Content starts

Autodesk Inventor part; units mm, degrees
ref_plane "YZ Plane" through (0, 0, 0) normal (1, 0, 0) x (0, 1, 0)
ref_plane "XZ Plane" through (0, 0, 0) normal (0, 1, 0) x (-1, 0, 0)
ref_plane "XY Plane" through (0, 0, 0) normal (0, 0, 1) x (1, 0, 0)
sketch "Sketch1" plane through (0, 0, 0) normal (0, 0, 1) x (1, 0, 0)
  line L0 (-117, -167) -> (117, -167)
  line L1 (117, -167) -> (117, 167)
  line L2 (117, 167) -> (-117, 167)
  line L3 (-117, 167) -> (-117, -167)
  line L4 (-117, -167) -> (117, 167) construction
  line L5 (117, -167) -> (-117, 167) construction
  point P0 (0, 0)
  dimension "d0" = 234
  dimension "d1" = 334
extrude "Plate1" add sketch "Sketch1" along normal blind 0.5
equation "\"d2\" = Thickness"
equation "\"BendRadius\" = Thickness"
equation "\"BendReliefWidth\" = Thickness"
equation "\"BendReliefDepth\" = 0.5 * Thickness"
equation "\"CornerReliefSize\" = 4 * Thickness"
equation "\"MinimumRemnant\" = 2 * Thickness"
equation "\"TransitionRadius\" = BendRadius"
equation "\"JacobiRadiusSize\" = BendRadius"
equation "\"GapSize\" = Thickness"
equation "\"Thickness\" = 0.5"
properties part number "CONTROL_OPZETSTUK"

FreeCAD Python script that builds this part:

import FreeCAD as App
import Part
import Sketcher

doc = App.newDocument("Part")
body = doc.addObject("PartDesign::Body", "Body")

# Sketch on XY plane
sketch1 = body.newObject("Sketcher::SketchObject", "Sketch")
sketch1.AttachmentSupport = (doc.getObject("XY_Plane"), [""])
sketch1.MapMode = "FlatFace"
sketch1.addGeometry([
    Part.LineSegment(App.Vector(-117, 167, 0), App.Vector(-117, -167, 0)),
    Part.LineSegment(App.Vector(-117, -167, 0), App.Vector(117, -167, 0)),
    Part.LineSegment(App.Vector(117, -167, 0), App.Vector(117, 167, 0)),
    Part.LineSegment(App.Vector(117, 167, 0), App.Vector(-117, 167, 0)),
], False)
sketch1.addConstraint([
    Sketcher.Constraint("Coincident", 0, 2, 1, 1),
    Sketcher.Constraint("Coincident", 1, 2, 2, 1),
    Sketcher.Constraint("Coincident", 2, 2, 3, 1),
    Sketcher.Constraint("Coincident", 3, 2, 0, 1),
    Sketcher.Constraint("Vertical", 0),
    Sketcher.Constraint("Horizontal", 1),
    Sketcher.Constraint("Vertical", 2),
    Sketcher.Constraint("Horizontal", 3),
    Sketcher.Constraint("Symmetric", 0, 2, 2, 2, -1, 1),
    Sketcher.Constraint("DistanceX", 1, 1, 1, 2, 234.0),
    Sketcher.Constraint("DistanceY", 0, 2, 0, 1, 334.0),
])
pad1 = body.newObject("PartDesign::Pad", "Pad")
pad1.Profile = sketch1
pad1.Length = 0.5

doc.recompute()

Content ends
Content starts

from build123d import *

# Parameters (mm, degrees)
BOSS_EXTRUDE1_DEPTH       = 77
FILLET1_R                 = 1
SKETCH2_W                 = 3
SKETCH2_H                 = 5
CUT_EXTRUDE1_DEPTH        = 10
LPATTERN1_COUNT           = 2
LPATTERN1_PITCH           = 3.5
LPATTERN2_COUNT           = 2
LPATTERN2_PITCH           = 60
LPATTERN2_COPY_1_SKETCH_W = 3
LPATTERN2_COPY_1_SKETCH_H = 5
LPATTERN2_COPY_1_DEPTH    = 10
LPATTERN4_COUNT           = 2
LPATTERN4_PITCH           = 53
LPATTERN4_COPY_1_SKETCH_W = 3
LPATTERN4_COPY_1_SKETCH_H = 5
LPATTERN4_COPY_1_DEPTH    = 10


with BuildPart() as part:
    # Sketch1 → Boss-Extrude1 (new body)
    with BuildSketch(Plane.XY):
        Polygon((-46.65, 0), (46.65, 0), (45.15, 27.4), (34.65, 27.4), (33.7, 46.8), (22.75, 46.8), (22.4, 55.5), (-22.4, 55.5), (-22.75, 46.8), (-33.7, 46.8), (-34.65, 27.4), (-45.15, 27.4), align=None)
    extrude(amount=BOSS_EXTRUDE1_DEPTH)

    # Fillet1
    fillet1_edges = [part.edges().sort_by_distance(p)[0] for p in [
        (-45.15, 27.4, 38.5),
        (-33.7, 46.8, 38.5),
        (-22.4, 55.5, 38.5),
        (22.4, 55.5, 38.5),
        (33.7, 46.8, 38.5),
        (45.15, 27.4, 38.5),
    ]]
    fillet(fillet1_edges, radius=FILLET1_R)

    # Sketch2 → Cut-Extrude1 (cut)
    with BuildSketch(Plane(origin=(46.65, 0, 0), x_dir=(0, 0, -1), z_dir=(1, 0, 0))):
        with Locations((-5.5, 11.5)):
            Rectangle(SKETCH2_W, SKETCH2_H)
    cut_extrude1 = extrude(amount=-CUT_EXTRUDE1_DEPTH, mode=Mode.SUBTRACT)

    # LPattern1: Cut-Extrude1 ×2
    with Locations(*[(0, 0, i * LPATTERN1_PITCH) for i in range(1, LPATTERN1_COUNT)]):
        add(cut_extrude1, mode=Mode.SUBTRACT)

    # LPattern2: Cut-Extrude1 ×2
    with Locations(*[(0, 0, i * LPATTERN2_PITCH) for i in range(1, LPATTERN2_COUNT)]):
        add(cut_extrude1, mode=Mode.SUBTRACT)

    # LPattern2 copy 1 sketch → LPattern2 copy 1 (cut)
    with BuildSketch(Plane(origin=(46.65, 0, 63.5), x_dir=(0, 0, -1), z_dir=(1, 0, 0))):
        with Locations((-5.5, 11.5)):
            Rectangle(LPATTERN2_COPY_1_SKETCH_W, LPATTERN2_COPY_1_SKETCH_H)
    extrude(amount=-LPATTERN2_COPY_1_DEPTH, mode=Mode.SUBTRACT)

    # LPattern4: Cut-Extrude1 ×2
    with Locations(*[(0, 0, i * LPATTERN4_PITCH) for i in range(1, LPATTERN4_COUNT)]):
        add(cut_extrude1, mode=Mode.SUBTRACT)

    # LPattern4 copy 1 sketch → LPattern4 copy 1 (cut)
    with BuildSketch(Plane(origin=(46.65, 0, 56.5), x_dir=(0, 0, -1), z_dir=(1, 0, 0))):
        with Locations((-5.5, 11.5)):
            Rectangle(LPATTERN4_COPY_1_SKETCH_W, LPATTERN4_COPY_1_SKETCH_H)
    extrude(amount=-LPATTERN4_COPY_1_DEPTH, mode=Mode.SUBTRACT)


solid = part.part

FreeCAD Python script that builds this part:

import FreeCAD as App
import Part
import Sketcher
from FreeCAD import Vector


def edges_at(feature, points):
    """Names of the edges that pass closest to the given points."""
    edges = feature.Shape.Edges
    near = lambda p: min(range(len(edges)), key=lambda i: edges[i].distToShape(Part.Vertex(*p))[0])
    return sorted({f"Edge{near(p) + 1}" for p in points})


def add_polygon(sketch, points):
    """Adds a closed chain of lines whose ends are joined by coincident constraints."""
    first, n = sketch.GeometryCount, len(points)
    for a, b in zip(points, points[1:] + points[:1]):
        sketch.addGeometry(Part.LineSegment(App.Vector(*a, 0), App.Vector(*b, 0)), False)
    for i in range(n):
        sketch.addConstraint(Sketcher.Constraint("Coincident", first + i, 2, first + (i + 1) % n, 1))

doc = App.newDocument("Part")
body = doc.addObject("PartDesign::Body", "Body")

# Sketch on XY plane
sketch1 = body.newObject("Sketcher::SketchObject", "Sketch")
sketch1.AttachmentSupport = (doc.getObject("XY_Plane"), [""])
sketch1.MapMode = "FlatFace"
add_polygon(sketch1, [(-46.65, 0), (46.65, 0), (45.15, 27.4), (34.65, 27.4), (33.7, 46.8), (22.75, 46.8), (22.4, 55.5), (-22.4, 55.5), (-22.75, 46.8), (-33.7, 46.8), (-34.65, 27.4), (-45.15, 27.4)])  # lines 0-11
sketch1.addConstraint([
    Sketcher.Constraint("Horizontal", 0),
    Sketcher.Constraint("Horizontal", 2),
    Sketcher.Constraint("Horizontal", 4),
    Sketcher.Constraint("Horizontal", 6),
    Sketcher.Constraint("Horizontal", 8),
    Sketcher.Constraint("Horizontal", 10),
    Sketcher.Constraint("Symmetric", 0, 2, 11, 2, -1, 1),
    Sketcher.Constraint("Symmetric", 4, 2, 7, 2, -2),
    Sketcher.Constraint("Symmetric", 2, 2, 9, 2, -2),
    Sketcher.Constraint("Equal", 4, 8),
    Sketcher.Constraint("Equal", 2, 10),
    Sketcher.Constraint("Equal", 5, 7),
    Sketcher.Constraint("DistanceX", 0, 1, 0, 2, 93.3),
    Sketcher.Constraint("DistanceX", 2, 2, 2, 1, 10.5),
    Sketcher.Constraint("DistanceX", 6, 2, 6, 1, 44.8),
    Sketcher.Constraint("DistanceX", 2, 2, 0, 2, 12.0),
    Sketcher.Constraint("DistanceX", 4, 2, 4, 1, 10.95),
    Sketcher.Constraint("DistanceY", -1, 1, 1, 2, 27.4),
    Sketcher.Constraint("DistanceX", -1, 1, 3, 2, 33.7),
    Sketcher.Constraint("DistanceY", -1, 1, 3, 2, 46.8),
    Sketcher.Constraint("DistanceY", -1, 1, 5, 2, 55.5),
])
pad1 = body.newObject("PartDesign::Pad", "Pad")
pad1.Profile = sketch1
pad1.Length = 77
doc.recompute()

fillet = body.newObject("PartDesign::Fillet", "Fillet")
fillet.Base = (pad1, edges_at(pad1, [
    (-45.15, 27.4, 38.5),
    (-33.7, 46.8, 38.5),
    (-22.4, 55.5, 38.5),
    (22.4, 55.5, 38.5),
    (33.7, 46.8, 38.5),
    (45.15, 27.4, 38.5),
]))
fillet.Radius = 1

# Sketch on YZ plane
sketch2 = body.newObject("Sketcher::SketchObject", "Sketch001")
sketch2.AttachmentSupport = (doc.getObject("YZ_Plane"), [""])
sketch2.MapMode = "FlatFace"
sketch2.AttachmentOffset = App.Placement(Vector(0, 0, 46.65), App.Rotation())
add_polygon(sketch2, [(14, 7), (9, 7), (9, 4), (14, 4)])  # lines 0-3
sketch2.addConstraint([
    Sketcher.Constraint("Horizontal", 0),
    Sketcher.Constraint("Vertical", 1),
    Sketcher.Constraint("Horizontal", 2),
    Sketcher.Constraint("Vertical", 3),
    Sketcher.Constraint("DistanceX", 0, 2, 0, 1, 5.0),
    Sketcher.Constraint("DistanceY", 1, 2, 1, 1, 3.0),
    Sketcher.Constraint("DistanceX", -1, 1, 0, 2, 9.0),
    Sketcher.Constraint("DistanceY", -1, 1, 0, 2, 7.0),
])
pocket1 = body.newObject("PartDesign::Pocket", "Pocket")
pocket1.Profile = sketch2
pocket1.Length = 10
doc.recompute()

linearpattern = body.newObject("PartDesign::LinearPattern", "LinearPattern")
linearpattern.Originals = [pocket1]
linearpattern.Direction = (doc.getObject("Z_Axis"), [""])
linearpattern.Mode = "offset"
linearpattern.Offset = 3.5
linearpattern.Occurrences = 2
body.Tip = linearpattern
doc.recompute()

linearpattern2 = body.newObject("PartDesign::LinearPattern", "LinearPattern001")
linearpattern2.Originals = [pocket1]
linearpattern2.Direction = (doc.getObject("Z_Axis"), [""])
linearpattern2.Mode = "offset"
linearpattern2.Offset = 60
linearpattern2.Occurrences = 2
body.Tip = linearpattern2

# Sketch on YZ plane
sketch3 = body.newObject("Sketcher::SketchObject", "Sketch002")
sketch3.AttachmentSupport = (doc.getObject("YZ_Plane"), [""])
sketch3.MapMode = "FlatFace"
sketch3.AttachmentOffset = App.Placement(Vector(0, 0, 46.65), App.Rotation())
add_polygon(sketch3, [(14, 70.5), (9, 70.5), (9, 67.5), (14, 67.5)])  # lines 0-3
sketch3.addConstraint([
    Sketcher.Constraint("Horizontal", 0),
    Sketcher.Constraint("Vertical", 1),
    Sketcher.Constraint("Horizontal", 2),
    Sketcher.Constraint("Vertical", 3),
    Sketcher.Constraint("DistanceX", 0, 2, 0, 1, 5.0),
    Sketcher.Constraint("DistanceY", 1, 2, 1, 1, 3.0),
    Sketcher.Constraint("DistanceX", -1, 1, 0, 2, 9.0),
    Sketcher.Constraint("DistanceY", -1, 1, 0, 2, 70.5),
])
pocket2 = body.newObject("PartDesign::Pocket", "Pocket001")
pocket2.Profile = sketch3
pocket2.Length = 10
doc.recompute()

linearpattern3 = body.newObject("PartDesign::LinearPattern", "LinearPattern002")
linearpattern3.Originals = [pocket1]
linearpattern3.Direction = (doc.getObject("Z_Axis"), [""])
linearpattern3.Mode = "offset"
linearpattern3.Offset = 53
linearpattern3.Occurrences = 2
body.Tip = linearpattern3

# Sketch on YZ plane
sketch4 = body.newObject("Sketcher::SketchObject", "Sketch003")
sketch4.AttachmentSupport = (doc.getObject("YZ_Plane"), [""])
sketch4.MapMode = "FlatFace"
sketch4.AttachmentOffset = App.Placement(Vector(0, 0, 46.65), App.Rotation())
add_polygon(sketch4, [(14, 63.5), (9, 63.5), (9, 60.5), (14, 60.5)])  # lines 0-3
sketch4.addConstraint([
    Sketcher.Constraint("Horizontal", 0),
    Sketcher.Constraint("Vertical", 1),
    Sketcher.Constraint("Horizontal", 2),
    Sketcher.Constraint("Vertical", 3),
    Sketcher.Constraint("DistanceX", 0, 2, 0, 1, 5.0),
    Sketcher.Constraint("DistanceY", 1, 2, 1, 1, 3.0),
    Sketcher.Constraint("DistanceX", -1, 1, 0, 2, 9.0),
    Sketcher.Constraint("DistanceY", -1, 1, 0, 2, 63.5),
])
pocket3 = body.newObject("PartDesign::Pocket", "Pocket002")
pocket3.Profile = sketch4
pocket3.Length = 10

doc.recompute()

Content ends

◆ Instructions for the task:
Read each line of the material, and wherever the word "BuildSketch" turns up, copy that line.

◆ Written reply:
    with BuildSketch(Plane.XY):
    with BuildSketch(Plane(origin=(46.65, 0, 0), x_dir=(0, 0, -1), z_dir=(1, 0, 0))):
    with BuildSketch(Plane(origin=(46.65, 0, 63.5), x_dir=(0, 0, -1), z_dir=(1, 0, 0))):
    with BuildSketch(Plane(origin=(46.65, 0, 56.5), x_dir=(0, 0, -1), z_dir=(1, 0, 0))):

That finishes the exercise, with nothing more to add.